Why do we interpret (mc²+½mv²) as something's total energy?

We don't. [tex]E[/tex] is by definition [tex]\frac{m_0c^2}{\sqrt{1-(v/c)^2}}[/tex] .
A Taylor expansion of the above , for [tex]v/c<<1[/tex] produces:

[tex]E=m_0c^2(1+\frac{1}{2}\frac{v^2}{c^2}+...).=m_0c^2+\frac{1}{2}m_0v^2+...[/tex]
 
Sorry to resurrect the thread, but it'd probably be worse to make a new one.
Thanks for the replies.

But I'm still not seeing the significance of the quantity 'E', other than in an expansion, one term just happens to be the kinetic energy.
Not sure how to explain what I don't understand but...
How do we start from E:=m.gamma, and end up with "mass and energy are the same"? Where energy is...well, what is energy? The capacity to do work?
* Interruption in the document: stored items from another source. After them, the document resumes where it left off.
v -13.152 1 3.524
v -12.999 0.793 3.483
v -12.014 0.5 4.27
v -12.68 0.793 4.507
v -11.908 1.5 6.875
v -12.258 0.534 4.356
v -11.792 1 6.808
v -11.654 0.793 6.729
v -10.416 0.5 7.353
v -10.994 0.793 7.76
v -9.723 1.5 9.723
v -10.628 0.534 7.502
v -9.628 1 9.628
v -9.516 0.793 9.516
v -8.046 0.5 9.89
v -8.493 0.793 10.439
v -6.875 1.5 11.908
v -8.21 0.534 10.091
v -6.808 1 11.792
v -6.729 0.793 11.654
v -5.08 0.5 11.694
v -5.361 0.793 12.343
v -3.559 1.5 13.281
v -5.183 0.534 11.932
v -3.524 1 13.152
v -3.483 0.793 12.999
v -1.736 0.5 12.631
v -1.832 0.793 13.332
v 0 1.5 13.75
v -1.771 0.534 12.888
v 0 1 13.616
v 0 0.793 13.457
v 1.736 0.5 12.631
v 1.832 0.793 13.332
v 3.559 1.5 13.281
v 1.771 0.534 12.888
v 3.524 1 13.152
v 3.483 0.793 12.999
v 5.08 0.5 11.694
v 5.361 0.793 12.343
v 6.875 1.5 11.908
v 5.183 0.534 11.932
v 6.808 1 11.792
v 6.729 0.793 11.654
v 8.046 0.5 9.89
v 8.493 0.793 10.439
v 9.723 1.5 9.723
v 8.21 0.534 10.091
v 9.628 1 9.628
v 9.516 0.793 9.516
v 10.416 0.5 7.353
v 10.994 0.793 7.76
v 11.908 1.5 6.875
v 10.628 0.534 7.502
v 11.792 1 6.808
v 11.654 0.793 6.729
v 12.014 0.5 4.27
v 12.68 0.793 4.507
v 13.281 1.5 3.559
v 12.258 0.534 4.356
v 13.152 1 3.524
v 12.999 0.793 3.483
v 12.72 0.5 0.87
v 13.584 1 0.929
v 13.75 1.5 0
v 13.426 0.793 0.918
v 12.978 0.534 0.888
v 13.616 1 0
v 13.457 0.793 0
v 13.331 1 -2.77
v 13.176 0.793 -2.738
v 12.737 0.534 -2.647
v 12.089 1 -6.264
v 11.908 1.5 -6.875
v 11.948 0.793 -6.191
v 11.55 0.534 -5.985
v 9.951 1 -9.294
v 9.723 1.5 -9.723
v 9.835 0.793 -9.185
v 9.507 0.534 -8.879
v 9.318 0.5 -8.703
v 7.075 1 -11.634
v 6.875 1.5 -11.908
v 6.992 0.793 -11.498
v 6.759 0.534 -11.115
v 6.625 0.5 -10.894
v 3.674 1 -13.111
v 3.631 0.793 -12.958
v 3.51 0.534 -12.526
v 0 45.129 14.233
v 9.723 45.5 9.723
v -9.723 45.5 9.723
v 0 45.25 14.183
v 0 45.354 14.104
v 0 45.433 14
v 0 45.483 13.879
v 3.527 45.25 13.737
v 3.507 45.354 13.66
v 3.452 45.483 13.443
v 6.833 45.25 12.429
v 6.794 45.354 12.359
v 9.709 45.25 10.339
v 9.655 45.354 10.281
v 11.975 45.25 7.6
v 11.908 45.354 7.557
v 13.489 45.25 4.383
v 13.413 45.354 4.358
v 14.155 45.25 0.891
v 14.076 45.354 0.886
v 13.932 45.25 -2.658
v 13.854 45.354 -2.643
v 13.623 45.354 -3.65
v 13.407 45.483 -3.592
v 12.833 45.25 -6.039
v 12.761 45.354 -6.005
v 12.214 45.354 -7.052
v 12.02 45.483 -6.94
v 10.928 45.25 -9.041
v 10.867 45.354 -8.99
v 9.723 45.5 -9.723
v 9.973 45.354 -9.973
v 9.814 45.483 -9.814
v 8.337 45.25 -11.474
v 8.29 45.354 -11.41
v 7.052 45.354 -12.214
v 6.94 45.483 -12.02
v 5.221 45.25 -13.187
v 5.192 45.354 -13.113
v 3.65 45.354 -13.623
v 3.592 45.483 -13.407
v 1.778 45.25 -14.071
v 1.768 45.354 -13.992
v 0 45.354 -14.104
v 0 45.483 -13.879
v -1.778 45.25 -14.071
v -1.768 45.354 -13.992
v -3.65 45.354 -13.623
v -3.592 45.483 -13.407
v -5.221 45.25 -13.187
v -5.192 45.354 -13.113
dx - can you elaborate? I'm guessing you're talking about a (the) theorem due to Noether.

You hear everywhere (in popular science) that relativity establishes (some sort of) equivalence between mass and energy. But I'm having trouble going from special relativity to atomic bombs. Where does binding energy even enter the discussion (from a theoretical physics point of view, rather than a coincidence in observed quantities).